■ **The task**: If a line in the entries includes "Rectangle", show that line.

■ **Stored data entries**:
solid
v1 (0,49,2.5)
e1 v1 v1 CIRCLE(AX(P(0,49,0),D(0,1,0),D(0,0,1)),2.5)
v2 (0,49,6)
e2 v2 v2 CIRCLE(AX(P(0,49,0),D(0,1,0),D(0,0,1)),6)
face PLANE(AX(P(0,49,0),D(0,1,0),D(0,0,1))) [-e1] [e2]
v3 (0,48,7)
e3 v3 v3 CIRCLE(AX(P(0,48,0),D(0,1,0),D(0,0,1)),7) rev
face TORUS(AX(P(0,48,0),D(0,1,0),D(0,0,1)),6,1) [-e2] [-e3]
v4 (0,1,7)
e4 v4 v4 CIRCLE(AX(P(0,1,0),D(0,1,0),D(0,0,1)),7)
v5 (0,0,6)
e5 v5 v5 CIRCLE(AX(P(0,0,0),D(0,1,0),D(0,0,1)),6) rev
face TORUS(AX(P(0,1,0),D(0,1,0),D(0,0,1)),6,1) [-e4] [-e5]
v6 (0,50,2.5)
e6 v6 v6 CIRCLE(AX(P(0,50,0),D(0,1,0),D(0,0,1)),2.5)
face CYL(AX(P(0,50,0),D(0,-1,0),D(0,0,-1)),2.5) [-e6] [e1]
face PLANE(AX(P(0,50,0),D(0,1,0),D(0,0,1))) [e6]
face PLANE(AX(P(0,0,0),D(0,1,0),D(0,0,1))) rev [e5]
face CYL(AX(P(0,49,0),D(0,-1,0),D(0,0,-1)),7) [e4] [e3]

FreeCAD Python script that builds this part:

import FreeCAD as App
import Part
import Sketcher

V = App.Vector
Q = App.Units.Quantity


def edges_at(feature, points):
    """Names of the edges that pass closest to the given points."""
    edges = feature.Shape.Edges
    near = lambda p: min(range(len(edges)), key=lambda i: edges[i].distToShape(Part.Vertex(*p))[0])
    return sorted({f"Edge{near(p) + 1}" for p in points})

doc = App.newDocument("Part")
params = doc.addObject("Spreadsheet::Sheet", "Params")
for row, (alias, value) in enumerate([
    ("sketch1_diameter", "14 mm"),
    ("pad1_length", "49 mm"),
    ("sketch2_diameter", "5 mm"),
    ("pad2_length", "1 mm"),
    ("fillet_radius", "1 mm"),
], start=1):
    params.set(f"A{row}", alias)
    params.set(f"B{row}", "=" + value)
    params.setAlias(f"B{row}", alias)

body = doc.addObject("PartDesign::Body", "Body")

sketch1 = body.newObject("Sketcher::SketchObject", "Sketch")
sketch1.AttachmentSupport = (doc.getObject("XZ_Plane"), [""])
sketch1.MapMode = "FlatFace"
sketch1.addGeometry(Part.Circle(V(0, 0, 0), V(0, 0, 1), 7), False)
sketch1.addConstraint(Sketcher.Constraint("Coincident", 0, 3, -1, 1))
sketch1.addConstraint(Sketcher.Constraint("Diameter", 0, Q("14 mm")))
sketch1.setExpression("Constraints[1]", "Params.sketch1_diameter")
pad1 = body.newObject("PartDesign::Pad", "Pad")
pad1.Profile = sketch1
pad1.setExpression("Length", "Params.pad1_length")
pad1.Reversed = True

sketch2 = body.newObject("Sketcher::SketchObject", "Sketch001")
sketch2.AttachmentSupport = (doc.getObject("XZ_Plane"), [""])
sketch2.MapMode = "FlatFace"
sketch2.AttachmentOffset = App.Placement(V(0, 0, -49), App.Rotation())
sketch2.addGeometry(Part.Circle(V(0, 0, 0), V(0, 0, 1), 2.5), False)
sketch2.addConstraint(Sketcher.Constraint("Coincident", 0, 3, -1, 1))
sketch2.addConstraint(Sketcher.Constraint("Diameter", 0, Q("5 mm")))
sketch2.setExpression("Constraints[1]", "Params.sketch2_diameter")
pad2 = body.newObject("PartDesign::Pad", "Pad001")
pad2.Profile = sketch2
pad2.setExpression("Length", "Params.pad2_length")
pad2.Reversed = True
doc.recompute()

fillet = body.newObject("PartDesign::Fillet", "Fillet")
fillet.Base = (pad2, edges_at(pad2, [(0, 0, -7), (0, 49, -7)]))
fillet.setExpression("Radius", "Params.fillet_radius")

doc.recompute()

---

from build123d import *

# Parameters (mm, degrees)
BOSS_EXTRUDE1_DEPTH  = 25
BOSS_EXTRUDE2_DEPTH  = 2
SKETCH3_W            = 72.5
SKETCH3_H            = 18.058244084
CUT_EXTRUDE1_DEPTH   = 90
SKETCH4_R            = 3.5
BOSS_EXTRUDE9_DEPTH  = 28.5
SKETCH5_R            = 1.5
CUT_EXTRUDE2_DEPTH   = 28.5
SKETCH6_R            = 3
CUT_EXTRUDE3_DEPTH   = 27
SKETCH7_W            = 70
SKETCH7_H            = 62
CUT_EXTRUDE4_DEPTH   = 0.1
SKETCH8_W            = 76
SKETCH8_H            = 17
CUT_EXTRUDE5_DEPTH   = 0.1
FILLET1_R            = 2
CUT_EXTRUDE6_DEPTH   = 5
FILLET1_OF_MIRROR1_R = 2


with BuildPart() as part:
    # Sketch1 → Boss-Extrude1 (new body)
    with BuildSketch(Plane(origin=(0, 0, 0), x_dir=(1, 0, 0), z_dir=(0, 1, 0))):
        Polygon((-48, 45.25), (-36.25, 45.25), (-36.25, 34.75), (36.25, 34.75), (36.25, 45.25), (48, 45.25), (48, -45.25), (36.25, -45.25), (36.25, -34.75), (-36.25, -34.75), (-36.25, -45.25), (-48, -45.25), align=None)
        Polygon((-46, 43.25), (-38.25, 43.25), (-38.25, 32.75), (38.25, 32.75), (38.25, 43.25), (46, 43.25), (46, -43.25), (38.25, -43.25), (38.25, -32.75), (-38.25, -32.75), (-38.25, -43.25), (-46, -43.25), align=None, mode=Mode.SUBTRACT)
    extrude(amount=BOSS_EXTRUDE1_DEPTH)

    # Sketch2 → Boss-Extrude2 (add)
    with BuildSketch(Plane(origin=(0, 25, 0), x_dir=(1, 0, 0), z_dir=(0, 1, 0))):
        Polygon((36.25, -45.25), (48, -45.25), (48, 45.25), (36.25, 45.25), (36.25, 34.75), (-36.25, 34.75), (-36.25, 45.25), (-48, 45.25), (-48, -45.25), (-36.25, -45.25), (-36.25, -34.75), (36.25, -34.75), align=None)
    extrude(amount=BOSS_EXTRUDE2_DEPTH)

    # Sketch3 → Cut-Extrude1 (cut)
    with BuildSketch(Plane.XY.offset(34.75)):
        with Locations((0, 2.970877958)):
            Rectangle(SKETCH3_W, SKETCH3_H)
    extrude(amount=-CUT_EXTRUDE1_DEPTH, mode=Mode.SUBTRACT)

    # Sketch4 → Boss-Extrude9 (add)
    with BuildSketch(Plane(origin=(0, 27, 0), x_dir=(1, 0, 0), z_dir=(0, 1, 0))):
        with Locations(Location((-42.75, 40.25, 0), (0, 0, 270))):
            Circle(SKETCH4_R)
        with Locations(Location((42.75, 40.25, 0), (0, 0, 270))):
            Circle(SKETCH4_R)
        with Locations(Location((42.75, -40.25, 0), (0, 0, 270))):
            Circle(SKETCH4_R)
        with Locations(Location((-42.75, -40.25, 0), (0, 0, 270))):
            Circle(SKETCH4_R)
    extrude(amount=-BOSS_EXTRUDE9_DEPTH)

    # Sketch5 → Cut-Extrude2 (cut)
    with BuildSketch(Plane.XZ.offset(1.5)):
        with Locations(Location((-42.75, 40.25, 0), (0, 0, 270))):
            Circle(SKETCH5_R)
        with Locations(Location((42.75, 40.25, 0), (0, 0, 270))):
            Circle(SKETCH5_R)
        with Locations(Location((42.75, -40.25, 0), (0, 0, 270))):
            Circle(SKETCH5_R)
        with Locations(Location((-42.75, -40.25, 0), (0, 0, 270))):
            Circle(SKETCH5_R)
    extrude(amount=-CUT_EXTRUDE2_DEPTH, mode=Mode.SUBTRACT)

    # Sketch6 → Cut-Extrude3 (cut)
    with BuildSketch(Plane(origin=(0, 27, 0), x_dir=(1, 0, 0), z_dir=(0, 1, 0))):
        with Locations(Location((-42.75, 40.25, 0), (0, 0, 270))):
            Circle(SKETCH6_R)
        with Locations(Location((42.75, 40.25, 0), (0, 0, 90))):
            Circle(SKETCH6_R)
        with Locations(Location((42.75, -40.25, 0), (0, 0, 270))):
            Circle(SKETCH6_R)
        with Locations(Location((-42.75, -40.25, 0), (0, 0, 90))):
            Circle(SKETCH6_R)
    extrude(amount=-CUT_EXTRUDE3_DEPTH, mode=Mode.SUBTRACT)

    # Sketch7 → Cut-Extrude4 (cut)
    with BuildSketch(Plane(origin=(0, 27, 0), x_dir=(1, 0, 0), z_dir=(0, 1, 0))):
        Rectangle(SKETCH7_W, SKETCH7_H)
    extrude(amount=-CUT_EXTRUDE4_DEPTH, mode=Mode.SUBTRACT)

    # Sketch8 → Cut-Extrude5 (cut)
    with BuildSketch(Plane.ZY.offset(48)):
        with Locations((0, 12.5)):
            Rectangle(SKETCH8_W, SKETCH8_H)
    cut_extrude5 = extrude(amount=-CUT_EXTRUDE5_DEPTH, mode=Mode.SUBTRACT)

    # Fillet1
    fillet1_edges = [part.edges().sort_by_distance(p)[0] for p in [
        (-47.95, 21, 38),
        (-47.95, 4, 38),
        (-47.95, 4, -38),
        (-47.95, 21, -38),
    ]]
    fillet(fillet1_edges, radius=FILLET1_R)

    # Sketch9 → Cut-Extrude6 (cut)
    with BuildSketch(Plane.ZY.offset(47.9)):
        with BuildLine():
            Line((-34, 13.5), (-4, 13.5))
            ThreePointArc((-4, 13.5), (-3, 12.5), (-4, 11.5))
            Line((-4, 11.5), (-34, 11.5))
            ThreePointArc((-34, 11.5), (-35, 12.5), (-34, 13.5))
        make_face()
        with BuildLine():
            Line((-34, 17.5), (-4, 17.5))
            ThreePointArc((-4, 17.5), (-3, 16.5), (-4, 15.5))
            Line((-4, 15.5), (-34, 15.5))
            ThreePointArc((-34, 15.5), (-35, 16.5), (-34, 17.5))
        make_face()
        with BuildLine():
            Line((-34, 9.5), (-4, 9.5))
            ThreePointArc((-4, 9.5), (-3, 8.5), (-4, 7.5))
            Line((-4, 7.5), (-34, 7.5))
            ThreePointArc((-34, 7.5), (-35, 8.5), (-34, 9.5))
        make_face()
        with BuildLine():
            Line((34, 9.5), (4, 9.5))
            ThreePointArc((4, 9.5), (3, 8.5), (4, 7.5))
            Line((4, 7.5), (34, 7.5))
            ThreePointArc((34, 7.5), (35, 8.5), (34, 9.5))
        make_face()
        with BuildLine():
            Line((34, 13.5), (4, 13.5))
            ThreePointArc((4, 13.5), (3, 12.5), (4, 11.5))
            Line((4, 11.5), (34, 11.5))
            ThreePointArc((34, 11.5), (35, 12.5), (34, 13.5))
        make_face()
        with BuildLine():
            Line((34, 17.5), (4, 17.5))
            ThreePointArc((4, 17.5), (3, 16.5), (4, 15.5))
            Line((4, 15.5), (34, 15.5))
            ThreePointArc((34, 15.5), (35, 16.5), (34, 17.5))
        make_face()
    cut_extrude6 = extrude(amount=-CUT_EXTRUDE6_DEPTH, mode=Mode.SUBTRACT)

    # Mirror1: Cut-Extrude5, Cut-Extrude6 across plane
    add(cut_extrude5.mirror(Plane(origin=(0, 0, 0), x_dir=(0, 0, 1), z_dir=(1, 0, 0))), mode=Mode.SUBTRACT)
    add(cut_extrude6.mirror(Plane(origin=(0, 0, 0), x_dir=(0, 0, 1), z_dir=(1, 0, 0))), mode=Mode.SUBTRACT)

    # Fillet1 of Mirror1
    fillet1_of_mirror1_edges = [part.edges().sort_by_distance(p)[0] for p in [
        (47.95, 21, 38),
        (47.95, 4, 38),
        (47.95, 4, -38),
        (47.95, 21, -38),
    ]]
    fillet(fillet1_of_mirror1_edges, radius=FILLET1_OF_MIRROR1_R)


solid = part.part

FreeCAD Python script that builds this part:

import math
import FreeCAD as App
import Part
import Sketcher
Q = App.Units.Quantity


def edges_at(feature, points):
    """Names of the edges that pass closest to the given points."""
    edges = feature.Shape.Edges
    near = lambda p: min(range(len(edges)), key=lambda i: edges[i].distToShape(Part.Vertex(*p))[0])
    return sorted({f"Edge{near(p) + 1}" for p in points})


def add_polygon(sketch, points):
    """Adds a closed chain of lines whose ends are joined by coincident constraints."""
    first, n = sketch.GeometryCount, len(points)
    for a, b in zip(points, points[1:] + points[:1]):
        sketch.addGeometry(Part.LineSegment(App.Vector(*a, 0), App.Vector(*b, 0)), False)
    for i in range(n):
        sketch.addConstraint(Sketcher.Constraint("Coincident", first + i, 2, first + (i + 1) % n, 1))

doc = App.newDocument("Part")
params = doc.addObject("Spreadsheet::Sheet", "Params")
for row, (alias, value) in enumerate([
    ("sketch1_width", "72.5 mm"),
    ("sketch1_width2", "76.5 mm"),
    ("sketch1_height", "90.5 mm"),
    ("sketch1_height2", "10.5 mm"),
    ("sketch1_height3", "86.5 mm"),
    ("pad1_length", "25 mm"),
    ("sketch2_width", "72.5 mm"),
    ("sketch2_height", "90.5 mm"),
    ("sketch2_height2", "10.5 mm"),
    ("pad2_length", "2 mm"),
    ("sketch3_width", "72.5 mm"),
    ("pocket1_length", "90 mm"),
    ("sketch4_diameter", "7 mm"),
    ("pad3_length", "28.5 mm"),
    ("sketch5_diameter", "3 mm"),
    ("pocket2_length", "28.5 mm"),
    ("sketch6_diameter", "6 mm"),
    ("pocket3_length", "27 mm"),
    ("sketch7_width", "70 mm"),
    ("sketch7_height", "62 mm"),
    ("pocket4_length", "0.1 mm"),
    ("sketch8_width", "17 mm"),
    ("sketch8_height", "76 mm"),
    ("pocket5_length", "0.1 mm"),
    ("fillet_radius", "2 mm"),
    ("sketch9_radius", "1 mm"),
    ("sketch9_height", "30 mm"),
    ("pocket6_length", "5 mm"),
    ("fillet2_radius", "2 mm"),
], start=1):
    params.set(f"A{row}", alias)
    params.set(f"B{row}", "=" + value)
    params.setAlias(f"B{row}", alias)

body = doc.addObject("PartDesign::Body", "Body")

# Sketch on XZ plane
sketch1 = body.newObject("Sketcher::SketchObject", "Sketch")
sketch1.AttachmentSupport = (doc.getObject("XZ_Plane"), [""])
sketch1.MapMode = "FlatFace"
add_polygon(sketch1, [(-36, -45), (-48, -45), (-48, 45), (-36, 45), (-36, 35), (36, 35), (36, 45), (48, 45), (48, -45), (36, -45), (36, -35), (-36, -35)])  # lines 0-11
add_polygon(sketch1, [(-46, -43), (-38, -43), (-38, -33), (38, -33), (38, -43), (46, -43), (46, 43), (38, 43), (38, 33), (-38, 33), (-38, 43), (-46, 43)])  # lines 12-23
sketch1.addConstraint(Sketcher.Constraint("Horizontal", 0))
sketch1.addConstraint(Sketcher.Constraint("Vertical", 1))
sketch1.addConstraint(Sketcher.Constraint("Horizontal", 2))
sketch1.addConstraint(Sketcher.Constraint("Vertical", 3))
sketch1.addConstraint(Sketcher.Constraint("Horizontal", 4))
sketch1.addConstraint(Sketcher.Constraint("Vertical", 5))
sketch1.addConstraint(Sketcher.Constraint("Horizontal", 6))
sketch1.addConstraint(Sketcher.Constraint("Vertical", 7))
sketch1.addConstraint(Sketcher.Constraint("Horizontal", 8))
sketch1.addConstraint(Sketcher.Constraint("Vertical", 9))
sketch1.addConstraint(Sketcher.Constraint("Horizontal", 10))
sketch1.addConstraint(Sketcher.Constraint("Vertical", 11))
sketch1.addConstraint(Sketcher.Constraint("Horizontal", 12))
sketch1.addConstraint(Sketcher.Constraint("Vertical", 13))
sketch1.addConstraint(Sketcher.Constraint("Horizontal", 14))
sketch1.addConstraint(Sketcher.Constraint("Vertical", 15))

...

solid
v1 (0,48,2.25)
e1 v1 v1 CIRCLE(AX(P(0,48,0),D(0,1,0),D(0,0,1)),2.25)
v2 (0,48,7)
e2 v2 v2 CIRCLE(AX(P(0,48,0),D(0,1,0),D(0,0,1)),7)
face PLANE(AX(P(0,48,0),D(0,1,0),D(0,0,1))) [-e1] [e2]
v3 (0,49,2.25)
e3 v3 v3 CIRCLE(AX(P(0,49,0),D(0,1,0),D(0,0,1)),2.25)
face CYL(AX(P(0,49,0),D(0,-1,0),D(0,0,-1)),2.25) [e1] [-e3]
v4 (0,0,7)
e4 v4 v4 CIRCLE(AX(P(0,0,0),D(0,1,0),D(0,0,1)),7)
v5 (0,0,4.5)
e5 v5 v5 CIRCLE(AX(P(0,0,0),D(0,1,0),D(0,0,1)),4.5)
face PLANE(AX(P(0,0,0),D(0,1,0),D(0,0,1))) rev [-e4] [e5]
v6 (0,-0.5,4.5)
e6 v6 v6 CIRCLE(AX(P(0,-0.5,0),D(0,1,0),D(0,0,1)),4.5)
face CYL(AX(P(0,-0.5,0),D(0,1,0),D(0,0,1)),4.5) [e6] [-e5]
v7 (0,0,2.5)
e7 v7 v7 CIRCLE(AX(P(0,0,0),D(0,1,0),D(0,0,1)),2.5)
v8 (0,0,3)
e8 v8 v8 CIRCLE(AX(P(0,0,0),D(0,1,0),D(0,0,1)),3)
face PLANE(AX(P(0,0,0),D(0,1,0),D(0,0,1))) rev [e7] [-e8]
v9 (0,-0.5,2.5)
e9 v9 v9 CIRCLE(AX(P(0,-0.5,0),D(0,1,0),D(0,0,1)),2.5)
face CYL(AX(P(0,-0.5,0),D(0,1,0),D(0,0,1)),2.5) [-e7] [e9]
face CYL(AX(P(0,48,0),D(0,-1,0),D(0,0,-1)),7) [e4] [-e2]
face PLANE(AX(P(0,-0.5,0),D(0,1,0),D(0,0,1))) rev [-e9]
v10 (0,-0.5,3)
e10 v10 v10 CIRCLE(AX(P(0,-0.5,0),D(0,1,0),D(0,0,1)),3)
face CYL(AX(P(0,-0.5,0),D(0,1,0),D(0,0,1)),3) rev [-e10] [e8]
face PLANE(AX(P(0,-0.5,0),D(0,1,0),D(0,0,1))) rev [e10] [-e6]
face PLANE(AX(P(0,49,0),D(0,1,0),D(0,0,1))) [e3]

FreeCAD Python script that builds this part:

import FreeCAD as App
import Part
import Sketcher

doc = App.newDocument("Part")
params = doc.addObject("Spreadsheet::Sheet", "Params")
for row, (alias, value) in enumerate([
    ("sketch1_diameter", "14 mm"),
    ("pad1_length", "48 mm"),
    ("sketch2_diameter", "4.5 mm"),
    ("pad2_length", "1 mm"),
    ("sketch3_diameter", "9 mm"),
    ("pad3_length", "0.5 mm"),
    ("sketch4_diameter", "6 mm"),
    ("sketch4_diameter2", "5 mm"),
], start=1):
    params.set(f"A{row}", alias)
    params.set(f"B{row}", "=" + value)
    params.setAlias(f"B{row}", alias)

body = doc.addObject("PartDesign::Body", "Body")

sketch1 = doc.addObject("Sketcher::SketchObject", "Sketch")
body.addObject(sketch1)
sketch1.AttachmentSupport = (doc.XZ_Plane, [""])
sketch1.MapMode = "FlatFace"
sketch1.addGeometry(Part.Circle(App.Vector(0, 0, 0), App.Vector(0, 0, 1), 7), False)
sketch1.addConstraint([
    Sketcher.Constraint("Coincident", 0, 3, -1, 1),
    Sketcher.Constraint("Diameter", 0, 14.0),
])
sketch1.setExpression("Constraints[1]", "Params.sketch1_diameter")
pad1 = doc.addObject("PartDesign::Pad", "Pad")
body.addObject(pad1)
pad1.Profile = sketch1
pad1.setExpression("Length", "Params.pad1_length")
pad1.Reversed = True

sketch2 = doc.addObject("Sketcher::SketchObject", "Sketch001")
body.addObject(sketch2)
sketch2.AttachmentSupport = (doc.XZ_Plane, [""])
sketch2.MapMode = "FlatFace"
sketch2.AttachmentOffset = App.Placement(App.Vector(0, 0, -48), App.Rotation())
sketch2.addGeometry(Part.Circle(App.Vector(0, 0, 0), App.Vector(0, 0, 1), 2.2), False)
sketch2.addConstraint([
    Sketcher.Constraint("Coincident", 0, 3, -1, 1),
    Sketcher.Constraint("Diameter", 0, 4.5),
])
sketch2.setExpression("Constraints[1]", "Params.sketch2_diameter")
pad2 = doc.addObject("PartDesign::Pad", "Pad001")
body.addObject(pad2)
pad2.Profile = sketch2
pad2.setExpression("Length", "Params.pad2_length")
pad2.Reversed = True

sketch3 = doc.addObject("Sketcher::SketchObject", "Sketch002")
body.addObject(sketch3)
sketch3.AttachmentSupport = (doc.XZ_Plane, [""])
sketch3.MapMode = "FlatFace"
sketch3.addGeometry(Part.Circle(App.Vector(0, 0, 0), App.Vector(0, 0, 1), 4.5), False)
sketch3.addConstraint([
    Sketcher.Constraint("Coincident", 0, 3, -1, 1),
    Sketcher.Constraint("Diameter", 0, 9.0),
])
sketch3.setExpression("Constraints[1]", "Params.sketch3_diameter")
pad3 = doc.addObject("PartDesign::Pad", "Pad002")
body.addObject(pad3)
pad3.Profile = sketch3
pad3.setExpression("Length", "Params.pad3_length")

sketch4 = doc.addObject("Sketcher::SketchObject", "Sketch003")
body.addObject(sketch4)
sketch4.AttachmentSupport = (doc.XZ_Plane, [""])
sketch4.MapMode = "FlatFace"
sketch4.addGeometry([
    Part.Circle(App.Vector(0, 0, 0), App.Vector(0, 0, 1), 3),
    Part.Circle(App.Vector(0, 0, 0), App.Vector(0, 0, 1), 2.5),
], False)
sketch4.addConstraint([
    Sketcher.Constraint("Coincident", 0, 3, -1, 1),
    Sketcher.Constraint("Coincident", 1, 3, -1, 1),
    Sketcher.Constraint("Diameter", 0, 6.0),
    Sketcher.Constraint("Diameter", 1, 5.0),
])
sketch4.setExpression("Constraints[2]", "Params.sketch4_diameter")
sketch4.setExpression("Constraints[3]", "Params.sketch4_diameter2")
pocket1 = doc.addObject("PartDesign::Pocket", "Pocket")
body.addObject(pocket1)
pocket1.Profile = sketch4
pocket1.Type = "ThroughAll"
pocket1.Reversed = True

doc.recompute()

■ **Answer**:
            Rectangle(SKETCH3_W, SKETCH3_H)
        Rectangle(SKETCH7_W, SKETCH7_H)
            Rectangle(SKETCH8_W, SKETCH8_H)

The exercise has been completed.